Collected data:
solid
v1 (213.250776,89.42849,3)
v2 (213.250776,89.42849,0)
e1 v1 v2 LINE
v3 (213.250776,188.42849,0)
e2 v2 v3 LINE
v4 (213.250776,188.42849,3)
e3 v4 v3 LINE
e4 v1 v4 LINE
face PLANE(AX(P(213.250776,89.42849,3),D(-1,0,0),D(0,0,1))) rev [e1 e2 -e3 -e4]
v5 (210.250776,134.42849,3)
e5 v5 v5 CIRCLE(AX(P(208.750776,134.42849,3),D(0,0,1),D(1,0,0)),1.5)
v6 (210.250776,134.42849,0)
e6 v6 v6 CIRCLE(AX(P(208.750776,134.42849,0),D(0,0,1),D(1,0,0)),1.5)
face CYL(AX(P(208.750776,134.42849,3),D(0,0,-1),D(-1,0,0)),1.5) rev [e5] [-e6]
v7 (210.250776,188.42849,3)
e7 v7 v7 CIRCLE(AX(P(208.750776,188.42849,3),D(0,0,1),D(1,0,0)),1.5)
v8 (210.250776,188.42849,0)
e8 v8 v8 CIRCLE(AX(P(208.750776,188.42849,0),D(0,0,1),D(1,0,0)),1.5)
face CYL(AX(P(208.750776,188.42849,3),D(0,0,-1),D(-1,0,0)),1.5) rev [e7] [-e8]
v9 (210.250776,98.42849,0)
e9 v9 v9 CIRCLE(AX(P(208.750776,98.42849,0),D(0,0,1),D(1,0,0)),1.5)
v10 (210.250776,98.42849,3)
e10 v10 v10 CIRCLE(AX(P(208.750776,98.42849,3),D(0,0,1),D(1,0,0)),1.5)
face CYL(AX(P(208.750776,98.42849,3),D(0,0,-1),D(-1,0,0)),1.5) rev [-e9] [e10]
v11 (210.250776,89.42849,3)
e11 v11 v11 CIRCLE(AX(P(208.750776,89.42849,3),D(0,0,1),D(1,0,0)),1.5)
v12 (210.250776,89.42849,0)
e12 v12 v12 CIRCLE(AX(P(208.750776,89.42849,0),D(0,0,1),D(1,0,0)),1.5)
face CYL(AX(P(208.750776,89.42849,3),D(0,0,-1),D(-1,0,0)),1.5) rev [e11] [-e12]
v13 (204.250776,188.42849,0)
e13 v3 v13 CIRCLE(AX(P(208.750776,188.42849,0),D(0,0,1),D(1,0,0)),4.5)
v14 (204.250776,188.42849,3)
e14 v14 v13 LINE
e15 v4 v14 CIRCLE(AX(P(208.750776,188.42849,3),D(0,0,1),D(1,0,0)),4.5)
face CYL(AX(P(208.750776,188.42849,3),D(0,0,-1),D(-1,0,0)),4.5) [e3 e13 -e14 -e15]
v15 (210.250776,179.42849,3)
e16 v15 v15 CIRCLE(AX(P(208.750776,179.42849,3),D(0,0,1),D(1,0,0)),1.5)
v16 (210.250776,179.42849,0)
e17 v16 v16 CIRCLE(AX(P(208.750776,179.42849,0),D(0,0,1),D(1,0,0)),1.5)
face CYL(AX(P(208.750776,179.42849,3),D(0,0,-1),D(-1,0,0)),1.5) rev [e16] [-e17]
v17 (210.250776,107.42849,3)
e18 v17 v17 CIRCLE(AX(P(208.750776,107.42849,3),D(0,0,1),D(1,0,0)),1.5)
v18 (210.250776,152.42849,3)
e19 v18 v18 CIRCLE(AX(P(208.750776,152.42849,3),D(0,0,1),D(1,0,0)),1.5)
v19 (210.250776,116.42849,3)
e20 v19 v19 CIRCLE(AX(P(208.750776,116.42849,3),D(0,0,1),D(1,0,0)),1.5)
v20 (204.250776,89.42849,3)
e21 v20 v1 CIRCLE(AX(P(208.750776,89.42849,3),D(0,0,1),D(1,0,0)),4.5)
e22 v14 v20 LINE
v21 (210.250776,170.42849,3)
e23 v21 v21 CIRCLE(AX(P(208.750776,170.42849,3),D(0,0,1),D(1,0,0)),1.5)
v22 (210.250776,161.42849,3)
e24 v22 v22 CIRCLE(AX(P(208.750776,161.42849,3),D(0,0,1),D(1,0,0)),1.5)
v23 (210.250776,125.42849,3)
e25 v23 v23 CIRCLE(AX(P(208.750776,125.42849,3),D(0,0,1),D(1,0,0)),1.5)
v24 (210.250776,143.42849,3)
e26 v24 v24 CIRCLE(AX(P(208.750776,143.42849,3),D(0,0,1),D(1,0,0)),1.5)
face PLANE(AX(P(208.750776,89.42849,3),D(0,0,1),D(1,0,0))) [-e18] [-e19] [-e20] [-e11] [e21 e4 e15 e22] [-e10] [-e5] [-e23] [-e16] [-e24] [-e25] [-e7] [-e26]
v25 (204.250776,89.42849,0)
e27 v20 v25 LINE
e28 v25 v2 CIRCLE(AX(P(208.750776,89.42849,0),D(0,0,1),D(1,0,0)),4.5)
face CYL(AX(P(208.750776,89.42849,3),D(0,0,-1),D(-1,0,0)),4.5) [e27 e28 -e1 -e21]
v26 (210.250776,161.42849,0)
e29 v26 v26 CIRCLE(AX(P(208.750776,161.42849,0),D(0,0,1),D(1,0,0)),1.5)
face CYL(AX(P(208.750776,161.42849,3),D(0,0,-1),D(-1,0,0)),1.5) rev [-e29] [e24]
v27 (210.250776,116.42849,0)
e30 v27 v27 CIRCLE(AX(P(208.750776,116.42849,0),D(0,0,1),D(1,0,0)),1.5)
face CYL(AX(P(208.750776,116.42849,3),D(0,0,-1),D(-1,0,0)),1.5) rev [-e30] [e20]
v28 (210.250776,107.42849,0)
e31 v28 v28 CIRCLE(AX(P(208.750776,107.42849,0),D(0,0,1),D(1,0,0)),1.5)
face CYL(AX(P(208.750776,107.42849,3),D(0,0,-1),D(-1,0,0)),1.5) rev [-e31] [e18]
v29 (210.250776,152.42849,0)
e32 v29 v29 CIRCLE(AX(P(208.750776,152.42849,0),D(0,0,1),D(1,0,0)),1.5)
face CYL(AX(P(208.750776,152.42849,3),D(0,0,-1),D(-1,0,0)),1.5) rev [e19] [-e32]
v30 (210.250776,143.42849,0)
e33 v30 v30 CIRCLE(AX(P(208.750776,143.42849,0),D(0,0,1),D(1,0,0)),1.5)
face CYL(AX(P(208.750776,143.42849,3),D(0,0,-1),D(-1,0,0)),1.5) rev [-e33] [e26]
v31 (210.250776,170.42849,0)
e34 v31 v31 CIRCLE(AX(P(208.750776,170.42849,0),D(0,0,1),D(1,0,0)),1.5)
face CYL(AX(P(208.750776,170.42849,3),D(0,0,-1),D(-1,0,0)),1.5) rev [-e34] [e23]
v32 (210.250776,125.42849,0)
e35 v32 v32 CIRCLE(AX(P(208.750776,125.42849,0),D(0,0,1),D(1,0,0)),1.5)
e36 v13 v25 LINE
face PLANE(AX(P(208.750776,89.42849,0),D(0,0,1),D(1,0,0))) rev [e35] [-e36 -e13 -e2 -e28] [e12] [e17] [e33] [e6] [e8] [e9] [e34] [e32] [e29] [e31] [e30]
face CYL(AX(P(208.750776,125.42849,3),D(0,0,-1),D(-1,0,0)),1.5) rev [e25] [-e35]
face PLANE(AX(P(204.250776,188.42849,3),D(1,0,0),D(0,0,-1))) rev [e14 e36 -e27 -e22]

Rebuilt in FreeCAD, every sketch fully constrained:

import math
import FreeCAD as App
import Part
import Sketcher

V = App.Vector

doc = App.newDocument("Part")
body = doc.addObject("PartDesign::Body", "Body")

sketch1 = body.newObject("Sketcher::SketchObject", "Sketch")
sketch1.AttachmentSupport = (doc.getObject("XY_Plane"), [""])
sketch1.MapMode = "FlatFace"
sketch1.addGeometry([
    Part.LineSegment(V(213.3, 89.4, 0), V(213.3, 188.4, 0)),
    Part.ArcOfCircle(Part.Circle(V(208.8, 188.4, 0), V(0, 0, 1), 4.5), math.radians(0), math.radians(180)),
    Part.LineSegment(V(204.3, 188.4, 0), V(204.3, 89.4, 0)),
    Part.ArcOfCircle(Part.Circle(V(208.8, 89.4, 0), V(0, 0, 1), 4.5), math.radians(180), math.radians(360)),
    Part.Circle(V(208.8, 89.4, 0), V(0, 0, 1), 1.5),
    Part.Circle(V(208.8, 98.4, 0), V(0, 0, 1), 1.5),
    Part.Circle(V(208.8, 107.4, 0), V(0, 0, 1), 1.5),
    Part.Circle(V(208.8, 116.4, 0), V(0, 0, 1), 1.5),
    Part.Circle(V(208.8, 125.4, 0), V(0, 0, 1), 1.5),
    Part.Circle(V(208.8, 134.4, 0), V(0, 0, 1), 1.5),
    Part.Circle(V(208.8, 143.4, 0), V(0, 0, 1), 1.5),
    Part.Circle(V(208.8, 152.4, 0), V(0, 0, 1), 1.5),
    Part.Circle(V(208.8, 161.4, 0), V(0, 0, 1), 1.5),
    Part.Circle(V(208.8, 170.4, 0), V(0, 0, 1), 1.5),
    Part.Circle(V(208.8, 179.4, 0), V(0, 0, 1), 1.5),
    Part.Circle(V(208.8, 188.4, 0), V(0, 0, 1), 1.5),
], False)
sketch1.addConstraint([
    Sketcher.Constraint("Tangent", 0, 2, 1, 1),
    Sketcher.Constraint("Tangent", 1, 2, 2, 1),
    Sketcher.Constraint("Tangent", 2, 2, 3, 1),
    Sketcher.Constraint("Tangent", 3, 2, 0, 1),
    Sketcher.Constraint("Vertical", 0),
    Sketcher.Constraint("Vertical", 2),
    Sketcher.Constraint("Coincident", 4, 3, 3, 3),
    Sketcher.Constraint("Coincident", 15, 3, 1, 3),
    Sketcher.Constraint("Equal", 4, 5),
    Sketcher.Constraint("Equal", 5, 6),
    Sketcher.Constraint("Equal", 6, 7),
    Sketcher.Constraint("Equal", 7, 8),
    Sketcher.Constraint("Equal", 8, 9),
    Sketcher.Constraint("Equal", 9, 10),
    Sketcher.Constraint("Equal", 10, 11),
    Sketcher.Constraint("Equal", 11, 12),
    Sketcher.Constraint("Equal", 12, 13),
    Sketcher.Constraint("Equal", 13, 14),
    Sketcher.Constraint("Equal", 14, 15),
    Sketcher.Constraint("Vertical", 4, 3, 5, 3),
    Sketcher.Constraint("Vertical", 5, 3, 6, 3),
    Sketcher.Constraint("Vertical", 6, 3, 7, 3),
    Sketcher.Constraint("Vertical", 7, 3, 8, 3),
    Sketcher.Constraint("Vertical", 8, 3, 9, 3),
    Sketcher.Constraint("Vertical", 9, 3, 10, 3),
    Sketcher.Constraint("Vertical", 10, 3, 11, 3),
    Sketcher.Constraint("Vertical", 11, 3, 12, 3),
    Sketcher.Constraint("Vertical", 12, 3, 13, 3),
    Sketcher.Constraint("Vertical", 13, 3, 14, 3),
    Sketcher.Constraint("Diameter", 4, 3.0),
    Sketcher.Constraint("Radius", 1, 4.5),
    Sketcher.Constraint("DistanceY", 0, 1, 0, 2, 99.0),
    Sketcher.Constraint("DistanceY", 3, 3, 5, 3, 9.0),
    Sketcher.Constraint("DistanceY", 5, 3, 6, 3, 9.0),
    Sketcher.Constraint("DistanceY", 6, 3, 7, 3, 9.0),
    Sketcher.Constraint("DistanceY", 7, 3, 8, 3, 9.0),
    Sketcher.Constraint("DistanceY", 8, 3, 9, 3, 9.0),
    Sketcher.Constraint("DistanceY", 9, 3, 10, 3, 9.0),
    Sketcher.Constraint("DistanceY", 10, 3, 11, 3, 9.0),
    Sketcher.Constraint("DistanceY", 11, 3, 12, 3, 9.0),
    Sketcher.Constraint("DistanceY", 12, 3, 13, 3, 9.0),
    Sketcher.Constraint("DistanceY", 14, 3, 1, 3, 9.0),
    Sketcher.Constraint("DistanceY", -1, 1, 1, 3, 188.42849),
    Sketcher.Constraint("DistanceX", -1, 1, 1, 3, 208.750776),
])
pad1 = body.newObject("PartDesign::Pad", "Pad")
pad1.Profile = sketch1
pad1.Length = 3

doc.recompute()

...

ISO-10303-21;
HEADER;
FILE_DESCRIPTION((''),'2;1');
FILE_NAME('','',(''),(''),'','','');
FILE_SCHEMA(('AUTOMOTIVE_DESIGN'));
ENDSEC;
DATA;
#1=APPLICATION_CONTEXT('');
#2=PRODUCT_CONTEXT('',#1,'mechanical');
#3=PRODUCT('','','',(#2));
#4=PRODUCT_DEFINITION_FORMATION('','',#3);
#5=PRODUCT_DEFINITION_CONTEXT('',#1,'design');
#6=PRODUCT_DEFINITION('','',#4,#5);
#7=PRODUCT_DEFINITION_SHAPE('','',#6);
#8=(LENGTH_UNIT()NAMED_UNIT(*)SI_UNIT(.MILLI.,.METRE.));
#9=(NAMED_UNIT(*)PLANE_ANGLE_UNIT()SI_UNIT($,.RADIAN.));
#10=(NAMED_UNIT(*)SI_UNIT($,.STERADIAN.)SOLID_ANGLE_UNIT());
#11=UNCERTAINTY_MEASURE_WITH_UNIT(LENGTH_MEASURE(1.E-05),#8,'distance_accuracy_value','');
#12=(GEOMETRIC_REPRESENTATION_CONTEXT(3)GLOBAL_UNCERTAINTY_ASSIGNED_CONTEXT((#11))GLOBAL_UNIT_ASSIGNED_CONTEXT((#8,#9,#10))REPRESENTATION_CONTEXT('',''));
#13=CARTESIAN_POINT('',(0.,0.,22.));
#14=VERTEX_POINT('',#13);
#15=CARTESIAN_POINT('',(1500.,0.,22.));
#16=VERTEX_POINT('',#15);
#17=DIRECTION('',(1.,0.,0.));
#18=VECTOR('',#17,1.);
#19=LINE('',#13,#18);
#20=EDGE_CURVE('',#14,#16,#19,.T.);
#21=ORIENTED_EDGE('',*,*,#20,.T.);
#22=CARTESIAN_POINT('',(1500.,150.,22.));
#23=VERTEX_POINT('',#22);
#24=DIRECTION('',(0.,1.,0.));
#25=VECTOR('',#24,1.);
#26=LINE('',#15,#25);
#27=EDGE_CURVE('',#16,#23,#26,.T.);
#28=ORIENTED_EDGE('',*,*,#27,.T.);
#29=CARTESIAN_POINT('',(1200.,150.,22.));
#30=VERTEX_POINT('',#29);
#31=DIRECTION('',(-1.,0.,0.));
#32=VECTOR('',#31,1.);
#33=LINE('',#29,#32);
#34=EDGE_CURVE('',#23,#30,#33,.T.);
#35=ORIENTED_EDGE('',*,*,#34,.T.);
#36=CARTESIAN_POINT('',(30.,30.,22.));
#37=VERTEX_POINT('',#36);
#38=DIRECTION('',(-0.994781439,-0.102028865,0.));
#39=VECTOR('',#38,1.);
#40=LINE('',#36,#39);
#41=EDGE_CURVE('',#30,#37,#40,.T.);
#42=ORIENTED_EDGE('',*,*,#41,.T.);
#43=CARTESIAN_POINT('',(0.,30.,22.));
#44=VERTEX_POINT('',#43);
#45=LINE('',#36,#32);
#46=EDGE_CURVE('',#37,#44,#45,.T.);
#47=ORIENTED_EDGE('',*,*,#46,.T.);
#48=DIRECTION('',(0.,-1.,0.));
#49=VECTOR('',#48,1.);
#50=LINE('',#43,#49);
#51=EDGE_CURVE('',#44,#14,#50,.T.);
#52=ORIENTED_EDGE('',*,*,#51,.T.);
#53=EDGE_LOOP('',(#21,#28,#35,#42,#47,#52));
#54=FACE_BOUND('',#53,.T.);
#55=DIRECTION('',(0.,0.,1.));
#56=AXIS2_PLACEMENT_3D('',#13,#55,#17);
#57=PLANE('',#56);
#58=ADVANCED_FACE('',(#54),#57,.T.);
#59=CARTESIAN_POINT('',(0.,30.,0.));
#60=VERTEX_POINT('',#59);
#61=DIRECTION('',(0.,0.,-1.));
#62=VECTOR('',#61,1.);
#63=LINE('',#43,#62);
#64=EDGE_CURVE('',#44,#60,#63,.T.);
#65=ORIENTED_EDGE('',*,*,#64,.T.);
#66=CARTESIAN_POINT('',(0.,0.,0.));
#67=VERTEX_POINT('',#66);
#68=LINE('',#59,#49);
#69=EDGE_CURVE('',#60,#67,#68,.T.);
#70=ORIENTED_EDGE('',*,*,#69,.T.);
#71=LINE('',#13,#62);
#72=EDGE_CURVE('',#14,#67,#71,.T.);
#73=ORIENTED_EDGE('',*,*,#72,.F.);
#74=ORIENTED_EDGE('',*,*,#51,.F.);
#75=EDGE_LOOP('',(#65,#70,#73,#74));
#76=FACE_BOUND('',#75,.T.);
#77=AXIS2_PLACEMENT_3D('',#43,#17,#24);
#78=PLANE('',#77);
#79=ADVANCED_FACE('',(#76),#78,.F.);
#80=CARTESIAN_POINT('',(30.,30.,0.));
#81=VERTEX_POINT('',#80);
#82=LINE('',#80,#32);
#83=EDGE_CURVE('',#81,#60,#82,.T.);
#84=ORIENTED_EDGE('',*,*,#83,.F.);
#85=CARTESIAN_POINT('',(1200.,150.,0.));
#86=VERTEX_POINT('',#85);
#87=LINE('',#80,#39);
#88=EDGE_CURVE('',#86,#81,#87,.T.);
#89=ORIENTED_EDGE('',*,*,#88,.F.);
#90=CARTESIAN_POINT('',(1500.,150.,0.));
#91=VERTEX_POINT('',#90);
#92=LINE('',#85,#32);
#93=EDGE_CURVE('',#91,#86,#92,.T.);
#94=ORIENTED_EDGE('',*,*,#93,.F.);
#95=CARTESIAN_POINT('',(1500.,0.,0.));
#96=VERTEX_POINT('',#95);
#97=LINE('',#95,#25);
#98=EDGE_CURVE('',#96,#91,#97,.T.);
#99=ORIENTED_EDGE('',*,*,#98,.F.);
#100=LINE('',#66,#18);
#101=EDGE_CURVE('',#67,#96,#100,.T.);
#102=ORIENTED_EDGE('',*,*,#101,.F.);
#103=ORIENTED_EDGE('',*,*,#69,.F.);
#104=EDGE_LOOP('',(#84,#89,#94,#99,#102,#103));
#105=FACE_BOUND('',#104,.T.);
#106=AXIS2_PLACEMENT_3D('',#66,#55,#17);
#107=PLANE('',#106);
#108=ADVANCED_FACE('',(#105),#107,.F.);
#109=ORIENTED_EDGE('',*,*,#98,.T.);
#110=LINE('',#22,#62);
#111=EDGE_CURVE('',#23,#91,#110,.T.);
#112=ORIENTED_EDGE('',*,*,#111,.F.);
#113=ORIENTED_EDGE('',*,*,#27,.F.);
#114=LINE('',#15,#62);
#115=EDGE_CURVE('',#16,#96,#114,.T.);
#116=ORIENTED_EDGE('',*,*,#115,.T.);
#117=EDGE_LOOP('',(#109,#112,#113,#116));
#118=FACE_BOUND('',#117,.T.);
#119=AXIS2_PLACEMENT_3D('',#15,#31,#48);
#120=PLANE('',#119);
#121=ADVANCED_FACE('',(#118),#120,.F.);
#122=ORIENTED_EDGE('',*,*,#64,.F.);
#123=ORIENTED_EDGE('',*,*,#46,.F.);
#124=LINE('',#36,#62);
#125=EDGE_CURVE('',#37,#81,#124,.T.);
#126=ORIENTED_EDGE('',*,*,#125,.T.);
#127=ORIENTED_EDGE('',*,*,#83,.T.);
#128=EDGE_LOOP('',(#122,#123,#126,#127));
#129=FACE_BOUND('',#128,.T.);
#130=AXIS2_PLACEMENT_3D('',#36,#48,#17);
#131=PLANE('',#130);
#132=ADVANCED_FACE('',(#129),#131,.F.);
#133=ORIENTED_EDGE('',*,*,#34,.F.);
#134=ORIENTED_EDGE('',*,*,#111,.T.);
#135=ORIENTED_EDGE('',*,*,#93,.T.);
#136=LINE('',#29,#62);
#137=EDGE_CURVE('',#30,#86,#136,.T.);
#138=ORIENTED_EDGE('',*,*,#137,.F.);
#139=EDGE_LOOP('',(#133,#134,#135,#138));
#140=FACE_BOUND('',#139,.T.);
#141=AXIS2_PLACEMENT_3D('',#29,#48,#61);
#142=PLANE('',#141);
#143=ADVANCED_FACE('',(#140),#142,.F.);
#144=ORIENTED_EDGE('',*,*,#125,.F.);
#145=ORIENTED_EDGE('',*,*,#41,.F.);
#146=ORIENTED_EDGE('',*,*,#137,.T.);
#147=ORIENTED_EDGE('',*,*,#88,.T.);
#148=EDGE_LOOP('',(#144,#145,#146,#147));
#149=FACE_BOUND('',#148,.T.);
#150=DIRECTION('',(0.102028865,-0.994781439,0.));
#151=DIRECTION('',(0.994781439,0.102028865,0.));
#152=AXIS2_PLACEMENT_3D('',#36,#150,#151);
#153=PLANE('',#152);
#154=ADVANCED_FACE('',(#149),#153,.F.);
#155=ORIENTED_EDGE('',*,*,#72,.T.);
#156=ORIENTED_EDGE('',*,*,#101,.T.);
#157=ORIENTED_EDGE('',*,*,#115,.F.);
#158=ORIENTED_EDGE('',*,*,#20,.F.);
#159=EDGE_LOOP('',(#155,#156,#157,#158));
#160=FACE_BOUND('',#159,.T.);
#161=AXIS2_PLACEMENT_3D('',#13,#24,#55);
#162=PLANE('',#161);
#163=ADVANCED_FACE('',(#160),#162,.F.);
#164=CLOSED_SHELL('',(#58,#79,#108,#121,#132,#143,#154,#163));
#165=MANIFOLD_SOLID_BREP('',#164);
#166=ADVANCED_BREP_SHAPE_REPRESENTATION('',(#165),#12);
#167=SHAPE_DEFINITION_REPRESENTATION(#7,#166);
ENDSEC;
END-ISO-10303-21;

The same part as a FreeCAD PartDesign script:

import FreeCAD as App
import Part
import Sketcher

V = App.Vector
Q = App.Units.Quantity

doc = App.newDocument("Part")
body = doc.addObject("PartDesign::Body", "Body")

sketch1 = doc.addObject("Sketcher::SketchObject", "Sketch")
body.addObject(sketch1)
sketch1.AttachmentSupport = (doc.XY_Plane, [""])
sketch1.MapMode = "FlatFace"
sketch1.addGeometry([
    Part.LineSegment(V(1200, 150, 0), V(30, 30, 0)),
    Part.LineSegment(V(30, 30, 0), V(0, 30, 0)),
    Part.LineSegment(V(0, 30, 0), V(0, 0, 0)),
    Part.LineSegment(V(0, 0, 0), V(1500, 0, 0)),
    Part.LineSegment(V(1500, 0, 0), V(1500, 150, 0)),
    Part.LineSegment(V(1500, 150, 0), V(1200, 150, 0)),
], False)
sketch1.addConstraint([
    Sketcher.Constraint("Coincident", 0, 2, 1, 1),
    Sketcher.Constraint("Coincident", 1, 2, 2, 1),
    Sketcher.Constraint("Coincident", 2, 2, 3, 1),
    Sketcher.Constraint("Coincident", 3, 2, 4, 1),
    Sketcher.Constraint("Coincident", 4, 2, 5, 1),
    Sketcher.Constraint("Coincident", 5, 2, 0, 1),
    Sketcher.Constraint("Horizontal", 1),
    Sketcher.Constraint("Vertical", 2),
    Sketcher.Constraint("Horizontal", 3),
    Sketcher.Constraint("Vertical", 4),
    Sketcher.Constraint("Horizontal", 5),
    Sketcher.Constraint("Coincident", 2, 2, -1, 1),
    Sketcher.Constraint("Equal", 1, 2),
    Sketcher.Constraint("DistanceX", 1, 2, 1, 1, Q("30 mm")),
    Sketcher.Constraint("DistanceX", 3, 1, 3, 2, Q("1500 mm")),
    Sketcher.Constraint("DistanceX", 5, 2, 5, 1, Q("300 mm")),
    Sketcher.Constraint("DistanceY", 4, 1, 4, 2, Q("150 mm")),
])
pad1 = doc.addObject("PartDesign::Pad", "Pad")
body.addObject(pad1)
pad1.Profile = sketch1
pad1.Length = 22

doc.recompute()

Problem details> Find the line with "e28 -e1 -e21]" in the entries above. Retype it and each line after it, exactly, through the line with "v29 (210.250776,152.42849,0)", and stop there.

Written response>
face CYL(AX(P(208.750776,89.42849,3),D(0,0,-1),D(-1,0,0)),4.5) [e27 e28 -e1 -e21]
v26 (210.250776,161.42849,0)
e29 v26 v26 CIRCLE(AX(P(208.750776,161.42849,0),D(0,0,1),D(1,0,0)),1.5)
face CYL(AX(P(208.750776,161.42849,3),D(0,0,-1),D(-1,0,0)),1.5) rev [-e29] [e24]
v27 (210.250776,116.42849,0)
e30 v27 v27 CIRCLE(AX(P(208.750776,116.42849,0),D(0,0,1),D(1,0,0)),1.5)
face CYL(AX(P(208.750776,116.42849,3),D(0,0,-1),D(-1,0,0)),1.5) rev [-e30] [e20]
v28 (210.250776,107.42849,0)
e31 v28 v28 CIRCLE(AX(P(208.750776,107.42849,0),D(0,0,1),D(1,0,0)),1.5)
face CYL(AX(P(208.750776,107.42849,3),D(0,0,-1),D(-1,0,0)),1.5) rev [-e31] [e18]
v29 (210.250776,152.42849,0)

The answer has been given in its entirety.